Николь проплакала всю ночь, уткнувшись лицом брату в грудь. Между рыданиями она рассказала всю-всю свою жизнь. Плакала, успокаивалась и опять начинала рассказывать. Как только упоминалось имя рыжего друга, она опять начинала плакать. Как оказалось, их жизни были тесно переплетены. Для Николь Коська был отдельной вселенной. Александр не перебивал. Слушал, вытирал ее щеки платочком и, прикрыв мокрые глаза, прятал лицо в растрепанной шевелюре сестры. И лишь крепче прижимал ее к себе, когда последовал рассказ о последнем годе жизни. Про Зонгера.
***
До самого утра брат и сестра не сомкнули глаз. А утром Николь заявила:
– Я убью его! Сначала кастрирую, а потом убью! Детей ему. Надежды возлагал! Саша, я не смогу жить, пока этот монстр ходит по земле! Почему я не сделала этого раньше? А ведь могла. Да так, что никто бы и не догадался. Остановка дыхания или сбой сердечного ритма.
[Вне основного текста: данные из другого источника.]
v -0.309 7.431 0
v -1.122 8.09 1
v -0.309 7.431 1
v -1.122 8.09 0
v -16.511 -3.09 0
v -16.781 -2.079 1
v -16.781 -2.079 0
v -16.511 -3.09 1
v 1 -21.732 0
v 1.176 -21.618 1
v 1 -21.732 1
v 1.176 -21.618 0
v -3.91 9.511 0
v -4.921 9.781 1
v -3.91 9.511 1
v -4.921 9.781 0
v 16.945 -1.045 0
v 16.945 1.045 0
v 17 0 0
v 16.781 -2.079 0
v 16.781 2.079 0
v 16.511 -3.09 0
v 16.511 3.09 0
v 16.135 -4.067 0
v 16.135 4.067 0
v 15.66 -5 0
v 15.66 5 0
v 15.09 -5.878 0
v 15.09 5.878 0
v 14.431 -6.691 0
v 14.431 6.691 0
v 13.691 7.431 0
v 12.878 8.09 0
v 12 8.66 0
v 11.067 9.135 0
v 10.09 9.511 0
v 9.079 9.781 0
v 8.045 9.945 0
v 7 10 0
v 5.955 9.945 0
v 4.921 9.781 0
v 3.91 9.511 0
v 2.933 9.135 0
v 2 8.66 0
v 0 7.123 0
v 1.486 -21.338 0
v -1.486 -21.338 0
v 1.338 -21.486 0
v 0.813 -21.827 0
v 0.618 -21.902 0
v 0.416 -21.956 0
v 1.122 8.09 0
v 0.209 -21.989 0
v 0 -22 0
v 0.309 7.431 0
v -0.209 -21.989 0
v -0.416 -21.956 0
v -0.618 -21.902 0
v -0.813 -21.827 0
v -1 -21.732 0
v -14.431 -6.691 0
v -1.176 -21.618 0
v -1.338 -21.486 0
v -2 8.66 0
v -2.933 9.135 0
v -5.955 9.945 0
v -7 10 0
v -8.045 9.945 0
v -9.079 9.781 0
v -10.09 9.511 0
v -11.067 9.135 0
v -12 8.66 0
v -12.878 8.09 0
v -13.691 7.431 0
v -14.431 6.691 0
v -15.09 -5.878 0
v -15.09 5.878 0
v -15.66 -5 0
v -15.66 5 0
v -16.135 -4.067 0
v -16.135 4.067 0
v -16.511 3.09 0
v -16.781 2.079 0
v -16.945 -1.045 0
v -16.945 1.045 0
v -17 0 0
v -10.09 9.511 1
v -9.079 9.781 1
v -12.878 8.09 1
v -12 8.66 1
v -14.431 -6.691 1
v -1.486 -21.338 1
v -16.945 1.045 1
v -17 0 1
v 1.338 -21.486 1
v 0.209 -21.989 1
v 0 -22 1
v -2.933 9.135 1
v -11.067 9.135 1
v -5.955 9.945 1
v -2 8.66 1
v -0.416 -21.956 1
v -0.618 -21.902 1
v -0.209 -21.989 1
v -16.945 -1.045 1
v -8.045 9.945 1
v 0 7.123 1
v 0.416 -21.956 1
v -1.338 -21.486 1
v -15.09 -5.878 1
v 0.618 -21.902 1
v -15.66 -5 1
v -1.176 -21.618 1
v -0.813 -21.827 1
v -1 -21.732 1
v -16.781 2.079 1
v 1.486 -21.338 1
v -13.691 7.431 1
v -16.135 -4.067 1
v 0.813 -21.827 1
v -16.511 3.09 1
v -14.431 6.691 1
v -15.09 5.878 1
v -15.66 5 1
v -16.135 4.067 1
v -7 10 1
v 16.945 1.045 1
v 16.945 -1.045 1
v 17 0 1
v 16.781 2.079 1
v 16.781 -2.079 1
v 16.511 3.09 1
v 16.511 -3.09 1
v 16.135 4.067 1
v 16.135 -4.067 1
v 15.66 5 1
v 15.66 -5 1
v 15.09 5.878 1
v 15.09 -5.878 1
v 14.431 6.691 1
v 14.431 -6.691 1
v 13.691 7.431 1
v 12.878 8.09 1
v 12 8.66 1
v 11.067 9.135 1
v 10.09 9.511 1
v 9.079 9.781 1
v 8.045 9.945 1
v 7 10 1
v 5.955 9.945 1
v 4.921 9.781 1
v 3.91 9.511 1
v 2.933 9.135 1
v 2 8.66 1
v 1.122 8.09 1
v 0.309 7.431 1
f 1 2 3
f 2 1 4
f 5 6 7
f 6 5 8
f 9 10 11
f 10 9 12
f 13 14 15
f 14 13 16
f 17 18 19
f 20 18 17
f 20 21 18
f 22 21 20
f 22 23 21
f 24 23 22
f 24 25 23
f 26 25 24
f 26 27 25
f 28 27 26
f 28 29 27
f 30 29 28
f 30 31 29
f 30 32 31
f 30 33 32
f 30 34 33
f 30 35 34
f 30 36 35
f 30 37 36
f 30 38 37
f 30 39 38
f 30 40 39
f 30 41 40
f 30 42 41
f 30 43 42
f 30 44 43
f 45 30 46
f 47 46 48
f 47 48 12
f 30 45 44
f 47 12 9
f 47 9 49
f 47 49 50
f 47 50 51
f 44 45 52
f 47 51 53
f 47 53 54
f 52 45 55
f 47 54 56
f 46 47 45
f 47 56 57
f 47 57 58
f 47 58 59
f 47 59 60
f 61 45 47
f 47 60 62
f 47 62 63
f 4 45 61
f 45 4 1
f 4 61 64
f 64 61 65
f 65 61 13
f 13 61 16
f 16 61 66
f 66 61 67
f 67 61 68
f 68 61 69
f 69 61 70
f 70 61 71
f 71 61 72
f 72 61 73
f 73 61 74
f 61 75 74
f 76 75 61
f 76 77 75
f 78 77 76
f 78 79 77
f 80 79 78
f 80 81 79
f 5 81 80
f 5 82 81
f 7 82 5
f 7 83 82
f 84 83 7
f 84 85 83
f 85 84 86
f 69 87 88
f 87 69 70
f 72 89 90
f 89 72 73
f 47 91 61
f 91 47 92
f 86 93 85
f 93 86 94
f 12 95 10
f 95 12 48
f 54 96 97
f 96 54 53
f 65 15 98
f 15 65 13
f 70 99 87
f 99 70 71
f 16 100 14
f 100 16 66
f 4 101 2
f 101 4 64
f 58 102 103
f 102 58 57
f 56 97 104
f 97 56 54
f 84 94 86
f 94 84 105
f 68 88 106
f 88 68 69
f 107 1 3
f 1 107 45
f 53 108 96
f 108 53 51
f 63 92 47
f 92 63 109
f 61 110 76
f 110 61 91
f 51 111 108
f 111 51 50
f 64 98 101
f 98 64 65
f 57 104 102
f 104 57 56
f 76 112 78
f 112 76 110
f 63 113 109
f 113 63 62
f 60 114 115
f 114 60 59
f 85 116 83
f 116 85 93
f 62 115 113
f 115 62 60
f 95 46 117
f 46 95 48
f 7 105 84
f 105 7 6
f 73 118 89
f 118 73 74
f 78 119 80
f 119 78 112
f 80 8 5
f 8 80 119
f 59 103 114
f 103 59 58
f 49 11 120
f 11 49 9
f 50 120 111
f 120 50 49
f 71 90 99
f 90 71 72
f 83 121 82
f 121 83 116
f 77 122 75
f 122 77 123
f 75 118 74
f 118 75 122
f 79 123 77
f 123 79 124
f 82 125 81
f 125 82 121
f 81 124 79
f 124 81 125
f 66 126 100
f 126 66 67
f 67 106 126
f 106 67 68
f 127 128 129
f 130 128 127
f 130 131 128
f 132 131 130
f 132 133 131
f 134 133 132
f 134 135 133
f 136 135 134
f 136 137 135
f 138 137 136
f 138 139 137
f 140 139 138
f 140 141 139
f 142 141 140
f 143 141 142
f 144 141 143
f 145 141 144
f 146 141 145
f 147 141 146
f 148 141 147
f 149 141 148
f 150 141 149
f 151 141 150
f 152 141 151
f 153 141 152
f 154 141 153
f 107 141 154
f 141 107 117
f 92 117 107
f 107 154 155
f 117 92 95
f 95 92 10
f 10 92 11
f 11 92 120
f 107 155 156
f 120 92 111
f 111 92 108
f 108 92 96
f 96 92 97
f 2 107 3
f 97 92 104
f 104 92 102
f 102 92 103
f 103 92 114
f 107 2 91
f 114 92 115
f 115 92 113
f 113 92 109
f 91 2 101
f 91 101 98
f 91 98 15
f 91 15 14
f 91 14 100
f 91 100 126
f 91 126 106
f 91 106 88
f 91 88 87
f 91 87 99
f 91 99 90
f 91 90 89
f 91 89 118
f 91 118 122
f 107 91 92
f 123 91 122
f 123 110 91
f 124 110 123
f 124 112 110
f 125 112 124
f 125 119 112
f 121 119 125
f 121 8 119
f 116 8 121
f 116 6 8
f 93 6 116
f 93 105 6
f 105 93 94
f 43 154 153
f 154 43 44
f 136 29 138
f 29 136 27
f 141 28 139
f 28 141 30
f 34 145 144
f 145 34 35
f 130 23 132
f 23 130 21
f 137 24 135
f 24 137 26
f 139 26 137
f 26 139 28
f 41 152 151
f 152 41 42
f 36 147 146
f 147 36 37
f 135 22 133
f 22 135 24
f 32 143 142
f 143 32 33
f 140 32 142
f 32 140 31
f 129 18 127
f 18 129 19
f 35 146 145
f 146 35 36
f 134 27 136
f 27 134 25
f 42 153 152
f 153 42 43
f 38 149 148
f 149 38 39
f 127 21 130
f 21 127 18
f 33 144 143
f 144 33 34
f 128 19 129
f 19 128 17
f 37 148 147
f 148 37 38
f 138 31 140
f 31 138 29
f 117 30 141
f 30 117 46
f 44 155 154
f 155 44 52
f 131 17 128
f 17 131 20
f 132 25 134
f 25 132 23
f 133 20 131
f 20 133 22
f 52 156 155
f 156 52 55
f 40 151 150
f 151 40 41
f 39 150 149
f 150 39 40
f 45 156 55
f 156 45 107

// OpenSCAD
$fn=60;
union() {
	hull() {
		translate([-7, 0]) cylinder(h=1, r=10);
		translate([0, -20]) cylinder(h=1, r=2);
	}
	hull() {
		translate([7, 0]) cylinder(h=1, r=10);
		translate([0, -20]) cylinder(h=1, r=2);
	}
}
Да много чего можно было сделать! Саша… я даже сама себя сейчас боюсь.
– Маленькая моя отважная сестренка. Я понимаю твою ненависть. Но устранением одного ничего не добьешься. И, пожалуйста, не копи ненависть. Думай не о Зонгере, а о маленьких сестре и брате. Их тоже нужно спасать. Спасать из лап системы, пока они не стали такими же, как их отец.
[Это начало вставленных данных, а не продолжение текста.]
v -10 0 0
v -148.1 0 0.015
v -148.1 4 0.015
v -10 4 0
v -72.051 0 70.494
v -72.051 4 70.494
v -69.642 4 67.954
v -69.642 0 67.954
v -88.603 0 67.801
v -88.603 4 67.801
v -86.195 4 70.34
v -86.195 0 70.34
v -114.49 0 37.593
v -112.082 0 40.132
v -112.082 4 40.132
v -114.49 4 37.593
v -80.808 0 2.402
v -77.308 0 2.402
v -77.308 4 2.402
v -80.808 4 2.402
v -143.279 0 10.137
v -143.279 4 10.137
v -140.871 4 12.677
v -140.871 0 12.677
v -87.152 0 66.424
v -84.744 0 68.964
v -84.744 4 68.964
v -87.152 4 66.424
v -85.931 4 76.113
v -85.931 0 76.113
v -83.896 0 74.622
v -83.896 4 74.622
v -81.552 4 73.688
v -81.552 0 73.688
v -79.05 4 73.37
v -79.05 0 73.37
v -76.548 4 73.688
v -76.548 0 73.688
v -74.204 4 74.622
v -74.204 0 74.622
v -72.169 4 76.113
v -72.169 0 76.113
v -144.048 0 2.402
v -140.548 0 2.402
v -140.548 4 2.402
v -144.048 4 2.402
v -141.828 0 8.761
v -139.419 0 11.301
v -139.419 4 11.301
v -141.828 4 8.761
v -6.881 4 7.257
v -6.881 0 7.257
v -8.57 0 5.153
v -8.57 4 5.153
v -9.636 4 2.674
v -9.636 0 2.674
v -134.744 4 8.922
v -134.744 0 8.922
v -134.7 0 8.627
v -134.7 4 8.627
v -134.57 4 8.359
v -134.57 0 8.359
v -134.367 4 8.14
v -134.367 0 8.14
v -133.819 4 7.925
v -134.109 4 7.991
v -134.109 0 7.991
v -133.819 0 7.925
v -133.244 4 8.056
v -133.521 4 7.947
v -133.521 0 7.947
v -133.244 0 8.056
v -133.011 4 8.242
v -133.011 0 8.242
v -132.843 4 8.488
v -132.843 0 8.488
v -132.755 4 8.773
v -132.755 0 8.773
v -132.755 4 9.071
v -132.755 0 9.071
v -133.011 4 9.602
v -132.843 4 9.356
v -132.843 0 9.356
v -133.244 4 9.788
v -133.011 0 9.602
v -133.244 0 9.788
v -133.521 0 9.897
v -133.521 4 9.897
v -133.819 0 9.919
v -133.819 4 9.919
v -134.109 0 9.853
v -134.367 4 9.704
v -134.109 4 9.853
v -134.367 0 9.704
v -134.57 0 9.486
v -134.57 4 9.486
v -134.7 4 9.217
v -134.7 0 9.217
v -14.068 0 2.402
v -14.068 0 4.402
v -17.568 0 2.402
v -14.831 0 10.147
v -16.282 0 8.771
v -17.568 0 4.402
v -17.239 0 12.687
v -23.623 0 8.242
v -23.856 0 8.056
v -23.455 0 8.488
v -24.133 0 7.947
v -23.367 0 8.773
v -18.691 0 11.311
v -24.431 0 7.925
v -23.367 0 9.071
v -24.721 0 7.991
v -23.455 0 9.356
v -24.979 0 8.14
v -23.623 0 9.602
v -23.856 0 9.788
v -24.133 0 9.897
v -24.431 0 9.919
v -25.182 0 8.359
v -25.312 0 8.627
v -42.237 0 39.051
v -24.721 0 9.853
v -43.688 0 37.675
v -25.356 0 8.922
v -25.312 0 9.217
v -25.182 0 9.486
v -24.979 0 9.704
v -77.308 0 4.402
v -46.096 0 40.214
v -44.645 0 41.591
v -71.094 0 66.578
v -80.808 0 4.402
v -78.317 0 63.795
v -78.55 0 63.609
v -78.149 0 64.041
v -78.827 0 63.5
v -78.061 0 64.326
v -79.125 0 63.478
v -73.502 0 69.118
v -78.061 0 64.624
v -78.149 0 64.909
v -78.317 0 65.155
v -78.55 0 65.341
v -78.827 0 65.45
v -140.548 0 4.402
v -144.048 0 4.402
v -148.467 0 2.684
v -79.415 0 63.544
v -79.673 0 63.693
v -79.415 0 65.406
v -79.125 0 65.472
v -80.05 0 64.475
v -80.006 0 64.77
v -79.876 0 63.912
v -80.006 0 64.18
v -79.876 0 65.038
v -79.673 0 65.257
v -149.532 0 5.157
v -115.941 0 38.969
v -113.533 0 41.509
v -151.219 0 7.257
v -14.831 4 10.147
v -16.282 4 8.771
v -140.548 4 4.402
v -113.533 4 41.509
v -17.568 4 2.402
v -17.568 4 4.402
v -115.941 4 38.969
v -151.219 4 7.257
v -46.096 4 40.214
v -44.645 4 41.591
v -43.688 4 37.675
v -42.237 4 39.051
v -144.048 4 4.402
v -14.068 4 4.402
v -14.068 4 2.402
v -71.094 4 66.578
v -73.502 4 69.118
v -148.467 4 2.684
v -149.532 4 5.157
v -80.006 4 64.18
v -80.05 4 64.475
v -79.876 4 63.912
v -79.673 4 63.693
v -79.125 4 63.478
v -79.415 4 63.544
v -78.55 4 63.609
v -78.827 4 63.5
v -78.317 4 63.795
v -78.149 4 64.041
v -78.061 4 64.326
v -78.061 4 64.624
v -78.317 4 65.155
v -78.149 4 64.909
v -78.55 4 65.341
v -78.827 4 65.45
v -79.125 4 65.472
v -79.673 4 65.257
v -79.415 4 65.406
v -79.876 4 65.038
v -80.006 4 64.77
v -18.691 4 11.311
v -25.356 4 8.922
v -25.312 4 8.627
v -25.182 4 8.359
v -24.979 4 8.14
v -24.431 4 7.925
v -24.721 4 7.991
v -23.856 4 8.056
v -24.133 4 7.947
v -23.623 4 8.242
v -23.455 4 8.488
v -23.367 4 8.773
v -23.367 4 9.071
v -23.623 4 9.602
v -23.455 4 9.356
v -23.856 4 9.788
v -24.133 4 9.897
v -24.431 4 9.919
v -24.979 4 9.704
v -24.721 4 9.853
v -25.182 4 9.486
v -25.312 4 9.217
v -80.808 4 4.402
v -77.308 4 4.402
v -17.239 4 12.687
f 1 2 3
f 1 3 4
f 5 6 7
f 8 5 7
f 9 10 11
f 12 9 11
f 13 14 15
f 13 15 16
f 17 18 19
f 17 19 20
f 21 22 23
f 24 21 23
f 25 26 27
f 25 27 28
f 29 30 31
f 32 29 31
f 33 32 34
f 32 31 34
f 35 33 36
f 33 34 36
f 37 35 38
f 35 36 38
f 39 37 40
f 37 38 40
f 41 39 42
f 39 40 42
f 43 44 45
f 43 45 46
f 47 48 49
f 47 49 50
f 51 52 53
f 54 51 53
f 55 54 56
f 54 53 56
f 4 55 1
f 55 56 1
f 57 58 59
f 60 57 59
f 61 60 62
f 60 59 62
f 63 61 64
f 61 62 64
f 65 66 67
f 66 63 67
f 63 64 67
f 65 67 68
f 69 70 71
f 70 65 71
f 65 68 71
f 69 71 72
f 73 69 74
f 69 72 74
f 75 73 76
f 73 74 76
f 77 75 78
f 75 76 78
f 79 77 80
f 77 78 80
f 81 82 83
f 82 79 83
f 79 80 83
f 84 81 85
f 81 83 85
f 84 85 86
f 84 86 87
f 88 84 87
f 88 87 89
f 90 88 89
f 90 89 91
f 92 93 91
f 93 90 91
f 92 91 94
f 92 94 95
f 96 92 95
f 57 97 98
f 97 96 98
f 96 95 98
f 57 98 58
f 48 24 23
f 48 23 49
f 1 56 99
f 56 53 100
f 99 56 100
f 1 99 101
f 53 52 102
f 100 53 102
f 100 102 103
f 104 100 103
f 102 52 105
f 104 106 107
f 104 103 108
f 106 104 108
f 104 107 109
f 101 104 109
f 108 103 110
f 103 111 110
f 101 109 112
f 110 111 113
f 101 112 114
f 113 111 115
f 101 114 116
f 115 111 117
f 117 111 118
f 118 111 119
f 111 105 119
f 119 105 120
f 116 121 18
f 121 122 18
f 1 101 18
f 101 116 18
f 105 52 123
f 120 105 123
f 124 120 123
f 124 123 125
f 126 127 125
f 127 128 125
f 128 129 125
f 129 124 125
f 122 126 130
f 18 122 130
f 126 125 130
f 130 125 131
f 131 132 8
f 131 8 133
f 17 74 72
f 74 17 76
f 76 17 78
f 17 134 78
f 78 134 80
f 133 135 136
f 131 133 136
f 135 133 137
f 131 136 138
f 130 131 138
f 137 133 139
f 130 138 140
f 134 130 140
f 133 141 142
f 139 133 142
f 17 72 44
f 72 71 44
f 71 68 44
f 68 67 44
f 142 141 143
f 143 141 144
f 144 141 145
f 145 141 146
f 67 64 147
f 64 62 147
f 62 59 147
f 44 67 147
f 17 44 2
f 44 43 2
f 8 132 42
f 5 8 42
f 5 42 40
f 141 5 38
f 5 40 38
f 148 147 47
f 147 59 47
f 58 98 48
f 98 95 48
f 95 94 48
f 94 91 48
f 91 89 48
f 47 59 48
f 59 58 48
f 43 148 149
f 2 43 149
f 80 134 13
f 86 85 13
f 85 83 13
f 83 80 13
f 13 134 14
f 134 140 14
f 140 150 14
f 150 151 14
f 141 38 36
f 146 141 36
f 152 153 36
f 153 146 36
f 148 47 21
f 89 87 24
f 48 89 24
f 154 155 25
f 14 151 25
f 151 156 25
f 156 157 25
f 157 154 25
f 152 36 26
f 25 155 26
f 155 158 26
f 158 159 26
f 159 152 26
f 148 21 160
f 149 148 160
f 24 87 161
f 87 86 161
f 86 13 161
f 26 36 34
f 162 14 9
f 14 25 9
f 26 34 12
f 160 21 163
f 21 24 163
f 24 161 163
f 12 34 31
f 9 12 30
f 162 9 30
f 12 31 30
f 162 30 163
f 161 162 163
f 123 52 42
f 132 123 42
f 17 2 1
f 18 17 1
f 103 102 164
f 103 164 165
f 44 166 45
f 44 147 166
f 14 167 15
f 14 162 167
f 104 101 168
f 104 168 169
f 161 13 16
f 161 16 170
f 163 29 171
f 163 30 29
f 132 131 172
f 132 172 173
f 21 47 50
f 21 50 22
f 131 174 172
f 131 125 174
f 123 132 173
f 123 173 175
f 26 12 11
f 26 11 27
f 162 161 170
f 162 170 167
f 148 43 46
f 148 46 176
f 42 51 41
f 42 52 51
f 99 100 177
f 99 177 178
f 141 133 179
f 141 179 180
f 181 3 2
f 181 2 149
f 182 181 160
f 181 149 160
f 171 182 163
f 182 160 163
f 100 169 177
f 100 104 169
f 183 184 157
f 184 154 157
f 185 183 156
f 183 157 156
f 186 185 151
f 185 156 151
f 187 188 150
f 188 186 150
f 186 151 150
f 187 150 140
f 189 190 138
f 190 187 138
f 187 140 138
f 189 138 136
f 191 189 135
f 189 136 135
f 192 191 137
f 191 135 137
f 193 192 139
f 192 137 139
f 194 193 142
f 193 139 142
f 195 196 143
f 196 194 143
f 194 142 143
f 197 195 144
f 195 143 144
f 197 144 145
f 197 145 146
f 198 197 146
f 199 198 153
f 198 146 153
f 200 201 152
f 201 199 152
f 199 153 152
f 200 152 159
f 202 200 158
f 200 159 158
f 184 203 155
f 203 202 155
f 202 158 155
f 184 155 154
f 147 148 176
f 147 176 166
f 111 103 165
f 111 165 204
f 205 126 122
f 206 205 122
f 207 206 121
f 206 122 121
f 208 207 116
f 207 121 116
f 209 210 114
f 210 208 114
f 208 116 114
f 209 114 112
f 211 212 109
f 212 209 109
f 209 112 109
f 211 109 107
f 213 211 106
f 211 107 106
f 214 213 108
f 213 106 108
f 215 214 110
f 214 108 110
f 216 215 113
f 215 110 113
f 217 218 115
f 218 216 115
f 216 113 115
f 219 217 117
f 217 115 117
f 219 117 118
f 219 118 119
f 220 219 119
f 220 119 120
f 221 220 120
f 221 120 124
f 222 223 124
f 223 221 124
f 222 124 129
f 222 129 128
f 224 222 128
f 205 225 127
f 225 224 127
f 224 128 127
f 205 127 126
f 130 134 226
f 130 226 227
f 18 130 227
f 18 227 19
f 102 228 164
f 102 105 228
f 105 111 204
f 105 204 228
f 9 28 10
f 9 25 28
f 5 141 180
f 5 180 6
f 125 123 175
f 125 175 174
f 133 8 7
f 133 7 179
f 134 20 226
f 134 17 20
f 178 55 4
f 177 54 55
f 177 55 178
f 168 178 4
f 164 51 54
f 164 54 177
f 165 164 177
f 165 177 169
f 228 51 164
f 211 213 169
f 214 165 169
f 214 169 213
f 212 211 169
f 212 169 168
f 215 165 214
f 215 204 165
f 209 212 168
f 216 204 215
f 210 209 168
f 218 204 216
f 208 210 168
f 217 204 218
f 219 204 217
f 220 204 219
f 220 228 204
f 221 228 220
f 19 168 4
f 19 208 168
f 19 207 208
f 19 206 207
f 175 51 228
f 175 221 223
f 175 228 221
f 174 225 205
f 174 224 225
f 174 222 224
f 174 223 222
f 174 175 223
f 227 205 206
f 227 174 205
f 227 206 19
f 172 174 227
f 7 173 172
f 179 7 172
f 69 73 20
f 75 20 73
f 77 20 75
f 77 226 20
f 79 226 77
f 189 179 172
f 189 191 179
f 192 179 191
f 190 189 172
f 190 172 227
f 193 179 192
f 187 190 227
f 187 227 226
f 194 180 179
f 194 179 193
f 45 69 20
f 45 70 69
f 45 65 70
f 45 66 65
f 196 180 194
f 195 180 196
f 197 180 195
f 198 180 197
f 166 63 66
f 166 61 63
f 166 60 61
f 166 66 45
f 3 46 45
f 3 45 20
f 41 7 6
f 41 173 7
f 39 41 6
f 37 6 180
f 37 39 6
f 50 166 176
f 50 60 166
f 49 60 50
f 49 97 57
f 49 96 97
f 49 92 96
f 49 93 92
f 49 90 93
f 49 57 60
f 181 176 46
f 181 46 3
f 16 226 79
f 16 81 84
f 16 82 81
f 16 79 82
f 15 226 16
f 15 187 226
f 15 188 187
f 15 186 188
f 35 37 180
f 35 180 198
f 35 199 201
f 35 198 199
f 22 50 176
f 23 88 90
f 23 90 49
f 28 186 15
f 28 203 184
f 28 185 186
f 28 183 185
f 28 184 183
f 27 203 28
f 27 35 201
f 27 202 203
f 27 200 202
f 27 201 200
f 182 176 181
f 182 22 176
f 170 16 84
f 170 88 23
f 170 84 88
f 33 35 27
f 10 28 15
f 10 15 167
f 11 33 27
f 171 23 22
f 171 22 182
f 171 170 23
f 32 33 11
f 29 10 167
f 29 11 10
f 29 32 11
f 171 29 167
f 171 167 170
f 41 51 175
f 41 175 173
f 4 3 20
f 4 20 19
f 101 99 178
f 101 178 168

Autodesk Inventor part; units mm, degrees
ref_plane "YZ Plane" through (0, 0, 0) normal (1, 0, 0) x (0, 1, 0)
ref_plane "XZ Plane" through (0, 0, 0) normal (0, 1, 0) x (-1, 0, 0)
ref_plane "XY Plane" through (0, 0, 0) normal (0, 0, 1) x (1, 0, 0)
sketch "Sketch1" plane through (0, 0, 0) normal (0, 1, 0) x (-1, 0, 0)
  arc A0 (10, 0) -> (6.8806, 7.2566) centre (0, 0) ccw
  arc A1 (151.2194, 7.2566) -> (148.1, 0.0154) centre (158.1, 0) ccw
  circle A2 centre (79.05, 64.475) radius 1
  circle A3 centre (133.744, 8.9222) radius 1
  circle A4 centre (24.356, 8.9222) radius 1
  line L0 (6.8806, 7.2566) -> (72.1694, 76.1134)
  line L1 (85.9306, 76.1134) -> (151.2194, 7.2566)
  line L2 (148.1, 0.0154) -> (10, 0)
  arc A5 (72.1694, 76.1134) -> (85.9306, 76.1134) centre (79.05, 83.37) ccw
  line L3 (14.0684, 2.4018) -> (17.5684, 2.4018)
  line L4 (17.5684, 2.4018) -> (17.5684, 4.4018)
  line L5 (17.5684, 4.4018) -> (14.0684, 4.4018)
  line L6 (14.0684, 4.4018) -> (14.0684, 2.4018)
  line L7 (77.3084, 2.4018) -> (80.8084, 2.4018)
  line L8 (80.8084, 2.4018) -> (80.8084, 4.4018)
  line L9 (80.8084, 4.4018) -> (77.3084, 4.4018)
  line L10 (77.3084, 4.4018) -> (77.3084, 2.4018)
  line L11 (140.5484, 2.4018) -> (144.0484, 2.4018)
  line L12 (144.0484, 2.4018) -> (144.0484, 4.4018)
  line L13 (144.0484, 4.4018) -> (140.5484, 4.4018)
  line L14 (140.5484, 4.4018) -> (140.5484, 2.4018)
  line L15 (16.2824, 8.7713) -> (18.6906, 11.3111)
  line L16 (18.6906, 11.3111) -> (17.2392, 12.6872)
  line L17 (17.2392, 12.6872) -> (14.831, 10.1474)
  line L18 (14.831, 10.1474) -> (16.2824, 8.7713)
  line L19 (43.688, 37.6746) -> (46.0962, 40.2145)
  line L20 (46.0962, 40.2145) -> (44.6449, 41.5906)
  line L21 (44.6449, 41.5906) -> (42.2367, 39.0508)
  line L22 (42.2367, 39.0508) -> (43.688, 37.6746)
  line L23 (71.0937, 66.578) -> (73.5019, 69.1178)
  line L24 (73.5019, 69.1178) -> (72.0506, 70.4939)
  line L25 (72.0506, 70.4939) -> (69.6424, 67.9541)
  line L26 (69.6424, 67.9541) -> (71.0937, 66.578)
– Валя станет таким же?! Но это ужасно. Ужасно и правдоподобно. Саша, давай их украдем! Я отправлюсь в следующий рейд с тобой.
– Нет. Детей мы больше красть не будем.
– Но почему? Их нужно спасать! Всех, не только наших брата и сестру. Пока не стали такими же монстрами, как Зонгер, а девочки… Саша, я не смогу сидеть здесь и знать, что… – Николь резко замолчала, а потом тоскливо закончила: – Как же это было гадко, Саша. Я же никогда не отмоюсь! Знаешь, для меня из всех мужчин на свете остался только ты.
– Я тебя никогда не брошу, сестренка!
На столе зазвонил телефон. Николь уже перестала удивляться чудесам имперской техники. Ну подумаешь, телефон размером с шоколадную плитку. В Либерстэне люди тоже многое могут… могли бы, если бы не тратили все силы и ресурсы на поддержание Стены, огораживающей магию от всего остального мира. Вот же проблема, все мысли только о Либерстэне, о ее бедной, несчастной, обманутой и такой любимой родине.
– Это мама Лили, – переговорив по телефону, сообщил Александр. – У нас есть традиция – после каждого похода за купол обязательно навещать родителей. Спрашивает, приедем ли мы сегодня.
Надо же, какая чуткая. Видимо, им уже все известно. А ведь Лилианна и Джеймс переживают. Переживают каждый раз, когда их мальчики отправляются за Стену. Внезапно пришла догадка:
– И эта традиция – символ того, что в следующий раз вы вернетесь целыми и невредимыми?
– Никто не озвучивал этого вслух, но мало ли что? Приметы работают независимо от того, верим ли мы в них.
– Поедем. Даже если я буду всю оставшуюся жизнь скрываться ото всех, это уже никого не вернет. Ты хочешь что-то сказать? – Николь заметила, как мнется Александр.
– Да. Ты не будешь против того, что Макс тоже приедет?
– Неужели только из-за меня он нарушит традицию?
– Ники, совсем недавно ты сказала, что не хочешь видеть никого из мужчин, кроме меня.
– Ты не мужчина, ты мой брат. А Макс вроде бы как твой брат. Брат моего брата – мой брат. Значит, он тоже не мужчина! – сделала путаный вывод Николь.
– Вот как? – Александр позволил себе несмелую улыбку. – Можно я ему так и передам?